Work to be completed: Look below for the line that has "#34=VERTEX_POINT('',#33);". Set down the lines from there through the line that has "#78=EDGE_CURVE('',#36,#55,#77,.T.);", exactly as written.

[Source material — start]

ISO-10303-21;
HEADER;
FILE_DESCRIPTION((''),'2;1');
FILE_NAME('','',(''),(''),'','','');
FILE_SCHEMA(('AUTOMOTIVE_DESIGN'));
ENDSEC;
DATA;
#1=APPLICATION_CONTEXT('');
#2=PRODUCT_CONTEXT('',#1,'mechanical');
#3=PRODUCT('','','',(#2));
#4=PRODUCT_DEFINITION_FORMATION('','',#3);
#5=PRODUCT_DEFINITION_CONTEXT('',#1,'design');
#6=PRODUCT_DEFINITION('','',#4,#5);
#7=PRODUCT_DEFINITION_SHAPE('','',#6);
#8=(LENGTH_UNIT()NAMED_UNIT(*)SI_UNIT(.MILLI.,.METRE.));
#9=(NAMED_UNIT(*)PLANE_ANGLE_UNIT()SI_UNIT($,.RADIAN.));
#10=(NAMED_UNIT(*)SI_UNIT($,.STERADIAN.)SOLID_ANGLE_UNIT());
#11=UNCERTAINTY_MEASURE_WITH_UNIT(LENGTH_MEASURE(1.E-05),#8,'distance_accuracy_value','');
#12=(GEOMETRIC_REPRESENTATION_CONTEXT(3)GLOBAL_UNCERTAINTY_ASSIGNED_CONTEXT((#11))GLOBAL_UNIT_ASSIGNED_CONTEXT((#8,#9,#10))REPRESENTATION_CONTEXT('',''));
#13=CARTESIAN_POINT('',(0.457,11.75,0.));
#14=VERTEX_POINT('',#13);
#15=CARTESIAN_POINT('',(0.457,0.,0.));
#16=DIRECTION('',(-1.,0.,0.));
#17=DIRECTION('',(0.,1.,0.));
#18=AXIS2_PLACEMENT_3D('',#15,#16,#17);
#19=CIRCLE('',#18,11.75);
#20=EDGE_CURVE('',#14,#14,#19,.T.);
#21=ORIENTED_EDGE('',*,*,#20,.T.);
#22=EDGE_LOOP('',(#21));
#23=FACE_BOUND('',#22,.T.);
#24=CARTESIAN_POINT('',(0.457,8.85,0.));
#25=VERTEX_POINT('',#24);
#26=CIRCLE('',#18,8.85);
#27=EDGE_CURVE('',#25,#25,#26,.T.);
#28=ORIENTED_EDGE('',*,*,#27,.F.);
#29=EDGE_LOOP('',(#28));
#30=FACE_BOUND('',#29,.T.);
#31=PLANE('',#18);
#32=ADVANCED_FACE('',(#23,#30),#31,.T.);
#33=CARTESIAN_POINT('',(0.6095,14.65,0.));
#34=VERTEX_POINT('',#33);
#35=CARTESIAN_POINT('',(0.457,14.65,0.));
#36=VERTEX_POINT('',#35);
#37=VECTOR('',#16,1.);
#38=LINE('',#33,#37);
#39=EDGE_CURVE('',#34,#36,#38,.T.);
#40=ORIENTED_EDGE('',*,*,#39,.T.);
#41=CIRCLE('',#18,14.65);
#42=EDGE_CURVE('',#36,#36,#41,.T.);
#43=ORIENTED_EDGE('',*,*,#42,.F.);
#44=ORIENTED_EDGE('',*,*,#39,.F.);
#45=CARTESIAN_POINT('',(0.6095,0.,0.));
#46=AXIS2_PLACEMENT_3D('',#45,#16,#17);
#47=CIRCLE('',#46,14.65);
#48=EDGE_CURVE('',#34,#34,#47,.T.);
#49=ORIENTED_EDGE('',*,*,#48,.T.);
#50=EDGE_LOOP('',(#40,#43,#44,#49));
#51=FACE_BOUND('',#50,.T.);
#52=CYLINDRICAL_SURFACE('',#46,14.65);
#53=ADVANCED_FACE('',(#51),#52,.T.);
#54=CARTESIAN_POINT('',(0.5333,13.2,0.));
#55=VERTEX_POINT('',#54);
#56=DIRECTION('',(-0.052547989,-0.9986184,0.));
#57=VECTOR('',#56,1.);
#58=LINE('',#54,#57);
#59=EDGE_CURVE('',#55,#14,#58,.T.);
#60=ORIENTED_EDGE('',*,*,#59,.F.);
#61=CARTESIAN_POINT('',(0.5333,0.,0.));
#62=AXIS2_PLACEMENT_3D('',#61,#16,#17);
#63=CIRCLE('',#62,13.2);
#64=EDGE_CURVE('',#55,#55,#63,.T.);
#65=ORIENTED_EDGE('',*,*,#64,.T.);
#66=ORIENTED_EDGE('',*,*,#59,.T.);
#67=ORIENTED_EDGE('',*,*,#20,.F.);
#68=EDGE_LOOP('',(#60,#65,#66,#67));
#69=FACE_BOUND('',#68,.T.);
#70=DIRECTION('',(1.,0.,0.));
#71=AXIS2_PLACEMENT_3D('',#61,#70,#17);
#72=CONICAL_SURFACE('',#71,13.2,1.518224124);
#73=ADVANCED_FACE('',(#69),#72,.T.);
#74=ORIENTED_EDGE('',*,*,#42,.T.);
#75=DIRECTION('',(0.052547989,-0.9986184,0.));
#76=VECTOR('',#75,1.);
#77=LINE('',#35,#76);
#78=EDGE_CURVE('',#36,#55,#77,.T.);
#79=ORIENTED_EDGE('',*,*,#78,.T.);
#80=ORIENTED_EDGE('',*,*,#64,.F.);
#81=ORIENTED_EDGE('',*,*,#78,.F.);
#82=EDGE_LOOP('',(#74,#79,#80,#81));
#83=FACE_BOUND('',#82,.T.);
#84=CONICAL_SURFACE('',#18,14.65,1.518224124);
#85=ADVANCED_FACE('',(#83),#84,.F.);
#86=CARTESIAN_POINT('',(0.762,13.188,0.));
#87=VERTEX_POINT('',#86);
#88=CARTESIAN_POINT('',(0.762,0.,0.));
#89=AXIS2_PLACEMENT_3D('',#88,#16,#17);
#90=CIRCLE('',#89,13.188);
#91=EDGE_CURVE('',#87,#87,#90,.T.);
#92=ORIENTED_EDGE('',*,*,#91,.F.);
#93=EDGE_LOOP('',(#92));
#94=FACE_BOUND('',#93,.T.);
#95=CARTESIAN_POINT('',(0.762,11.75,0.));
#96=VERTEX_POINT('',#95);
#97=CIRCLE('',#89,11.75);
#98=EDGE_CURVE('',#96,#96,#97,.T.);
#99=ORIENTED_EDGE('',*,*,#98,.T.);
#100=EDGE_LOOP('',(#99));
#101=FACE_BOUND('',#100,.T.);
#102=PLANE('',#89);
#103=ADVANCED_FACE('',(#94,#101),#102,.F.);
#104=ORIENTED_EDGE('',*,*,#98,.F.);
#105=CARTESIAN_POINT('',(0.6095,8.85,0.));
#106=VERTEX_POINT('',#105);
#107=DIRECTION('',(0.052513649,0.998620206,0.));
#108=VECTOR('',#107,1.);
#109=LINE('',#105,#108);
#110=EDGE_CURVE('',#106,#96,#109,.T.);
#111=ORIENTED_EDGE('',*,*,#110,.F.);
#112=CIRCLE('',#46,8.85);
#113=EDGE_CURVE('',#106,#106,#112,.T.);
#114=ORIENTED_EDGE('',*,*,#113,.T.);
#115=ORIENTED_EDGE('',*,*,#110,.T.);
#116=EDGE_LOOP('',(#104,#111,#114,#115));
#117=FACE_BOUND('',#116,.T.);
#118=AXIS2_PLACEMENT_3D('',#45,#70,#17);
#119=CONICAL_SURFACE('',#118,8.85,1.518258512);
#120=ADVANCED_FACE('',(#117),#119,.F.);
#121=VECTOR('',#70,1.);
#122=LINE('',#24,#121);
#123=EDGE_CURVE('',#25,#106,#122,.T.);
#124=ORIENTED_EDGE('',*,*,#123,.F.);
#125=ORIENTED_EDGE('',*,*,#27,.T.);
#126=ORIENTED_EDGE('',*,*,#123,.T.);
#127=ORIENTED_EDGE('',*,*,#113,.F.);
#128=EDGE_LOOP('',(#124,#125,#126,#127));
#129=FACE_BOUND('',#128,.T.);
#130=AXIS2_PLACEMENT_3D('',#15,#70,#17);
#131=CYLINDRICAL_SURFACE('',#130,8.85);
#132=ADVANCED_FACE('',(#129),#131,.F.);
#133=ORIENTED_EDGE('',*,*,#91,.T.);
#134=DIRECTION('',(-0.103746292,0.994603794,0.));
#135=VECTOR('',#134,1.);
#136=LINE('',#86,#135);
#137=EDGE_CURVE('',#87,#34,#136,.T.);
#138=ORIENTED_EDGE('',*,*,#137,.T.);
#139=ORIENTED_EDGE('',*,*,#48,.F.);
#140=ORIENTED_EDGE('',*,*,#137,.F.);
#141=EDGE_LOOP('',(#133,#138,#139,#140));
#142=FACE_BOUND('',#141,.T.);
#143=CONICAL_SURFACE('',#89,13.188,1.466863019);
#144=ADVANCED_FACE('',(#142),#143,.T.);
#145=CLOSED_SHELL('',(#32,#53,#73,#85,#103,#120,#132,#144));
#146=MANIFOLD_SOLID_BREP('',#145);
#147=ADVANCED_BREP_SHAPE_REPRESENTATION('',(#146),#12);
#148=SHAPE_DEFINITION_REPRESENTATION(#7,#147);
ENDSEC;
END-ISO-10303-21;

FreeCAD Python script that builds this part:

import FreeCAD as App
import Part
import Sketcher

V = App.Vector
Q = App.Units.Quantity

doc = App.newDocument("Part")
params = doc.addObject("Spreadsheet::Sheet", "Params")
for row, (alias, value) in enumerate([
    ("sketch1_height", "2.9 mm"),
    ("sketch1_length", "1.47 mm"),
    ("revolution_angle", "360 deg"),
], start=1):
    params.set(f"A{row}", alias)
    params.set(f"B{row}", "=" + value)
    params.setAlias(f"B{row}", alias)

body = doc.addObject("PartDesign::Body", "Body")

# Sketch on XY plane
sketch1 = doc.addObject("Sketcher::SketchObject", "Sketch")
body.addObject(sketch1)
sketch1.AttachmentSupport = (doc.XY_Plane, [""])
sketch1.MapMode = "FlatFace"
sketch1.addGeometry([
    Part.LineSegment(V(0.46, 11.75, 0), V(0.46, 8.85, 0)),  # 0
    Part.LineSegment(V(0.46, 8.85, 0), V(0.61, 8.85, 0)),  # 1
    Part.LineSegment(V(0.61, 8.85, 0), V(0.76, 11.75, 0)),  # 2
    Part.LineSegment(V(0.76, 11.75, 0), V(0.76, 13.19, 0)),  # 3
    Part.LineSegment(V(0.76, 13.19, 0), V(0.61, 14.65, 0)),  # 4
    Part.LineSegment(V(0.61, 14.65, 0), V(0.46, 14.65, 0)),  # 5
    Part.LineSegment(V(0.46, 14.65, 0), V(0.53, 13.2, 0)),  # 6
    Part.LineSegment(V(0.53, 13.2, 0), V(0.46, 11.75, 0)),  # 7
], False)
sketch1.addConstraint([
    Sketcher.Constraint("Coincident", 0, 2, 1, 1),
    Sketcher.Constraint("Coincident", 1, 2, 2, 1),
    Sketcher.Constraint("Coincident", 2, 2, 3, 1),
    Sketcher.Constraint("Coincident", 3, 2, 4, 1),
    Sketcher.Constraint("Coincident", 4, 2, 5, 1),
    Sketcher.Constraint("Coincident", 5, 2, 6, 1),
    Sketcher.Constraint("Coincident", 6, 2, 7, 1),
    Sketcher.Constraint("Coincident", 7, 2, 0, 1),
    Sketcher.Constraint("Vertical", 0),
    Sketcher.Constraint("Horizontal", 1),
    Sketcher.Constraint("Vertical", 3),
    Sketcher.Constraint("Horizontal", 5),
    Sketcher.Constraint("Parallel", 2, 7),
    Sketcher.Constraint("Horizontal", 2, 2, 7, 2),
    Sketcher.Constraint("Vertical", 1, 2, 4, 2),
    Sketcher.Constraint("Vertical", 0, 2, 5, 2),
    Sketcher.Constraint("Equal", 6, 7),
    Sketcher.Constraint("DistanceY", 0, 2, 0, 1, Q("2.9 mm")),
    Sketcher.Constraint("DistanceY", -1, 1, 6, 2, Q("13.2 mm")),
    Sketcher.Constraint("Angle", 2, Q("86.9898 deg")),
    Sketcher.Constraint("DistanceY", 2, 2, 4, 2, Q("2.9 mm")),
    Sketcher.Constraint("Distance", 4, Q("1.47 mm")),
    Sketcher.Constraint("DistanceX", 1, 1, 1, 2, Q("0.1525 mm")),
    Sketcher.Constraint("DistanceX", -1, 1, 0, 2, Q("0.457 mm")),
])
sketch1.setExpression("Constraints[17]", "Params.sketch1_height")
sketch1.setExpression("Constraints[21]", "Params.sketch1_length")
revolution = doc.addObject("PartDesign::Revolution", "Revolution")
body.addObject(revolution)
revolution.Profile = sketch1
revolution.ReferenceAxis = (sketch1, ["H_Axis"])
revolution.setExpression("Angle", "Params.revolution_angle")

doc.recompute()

[Source material — finish]

Answer area:
#34=VERTEX_POINT('',#33);
#35=CARTESIAN_POINT('',(0.457,14.65,0.));
#36=VERTEX_POINT('',#35);
#37=VECTOR('',#16,1.);
#38=LINE('',#33,#37);
#39=EDGE_CURVE('',#34,#36,#38,.T.);
#40=ORIENTED_EDGE('',*,*,#39,.T.);
#41=CIRCLE('',#18,14.65);
#42=EDGE_CURVE('',#36,#36,#41,.T.);
#43=ORIENTED_EDGE('',*,*,#42,.F.);
#44=ORIENTED_EDGE('',*,*,#39,.F.);
#45=CARTESIAN_POINT('',(0.6095,0.,0.));
#46=AXIS2_PLACEMENT_3D('',#45,#16,#17);
#47=CIRCLE('',#46,14.65);
#48=EDGE_CURVE('',#34,#34,#47,.T.);
#49=ORIENTED_EDGE('',*,*,#48,.T.);
#50=EDGE_LOOP('',(#40,#43,#44,#49));
#51=FACE_BOUND('',#50,.T.);
#52=CYLINDRICAL_SURFACE('',#46,14.65);
#53=ADVANCED_FACE('',(#51),#52,.T.);
#54=CARTESIAN_POINT('',(0.5333,13.2,0.));
#55=VERTEX_POINT('',#54);
#56=DIRECTION('',(-0.052547989,-0.9986184,0.));
#57=VECTOR('',#56,1.);
#58=LINE('',#54,#57);
#59=EDGE_CURVE('',#55,#14,#58,.T.);
#60=ORIENTED_EDGE('',*,*,#59,.F.);
#61=CARTESIAN_POINT('',(0.5333,0.,0.));
#62=AXIS2_PLACEMENT_3D('',#61,#16,#17);
#63=CIRCLE('',#62,13.2);
#64=EDGE_CURVE('',#55,#55,#63,.T.);
#65=ORIENTED_EDGE('',*,*,#64,.T.);
#66=ORIENTED_EDGE('',*,*,#59,.T.);
#67=ORIENTED_EDGE('',*,*,#20,.F.);
#68=EDGE_LOOP('',(#60,#65,#66,#67));
#69=FACE_BOUND('',#68,.T.);
#70=DIRECTION('',(1.,0.,0.));
#71=AXIS2_PLACEMENT_3D('',#61,#70,#17);
#72=CONICAL_SURFACE('',#71,13.2,1.518224124);
#73=ADVANCED_FACE('',(#69),#72,.T.);
#74=ORIENTED_EDGE('',*,*,#42,.T.);
#75=DIRECTION('',(0.052547989,-0.9986184,0.));
#76=VECTOR('',#75,1.);
#77=LINE('',#35,#76);
#78=EDGE_CURVE('',#36,#55,#77,.T.);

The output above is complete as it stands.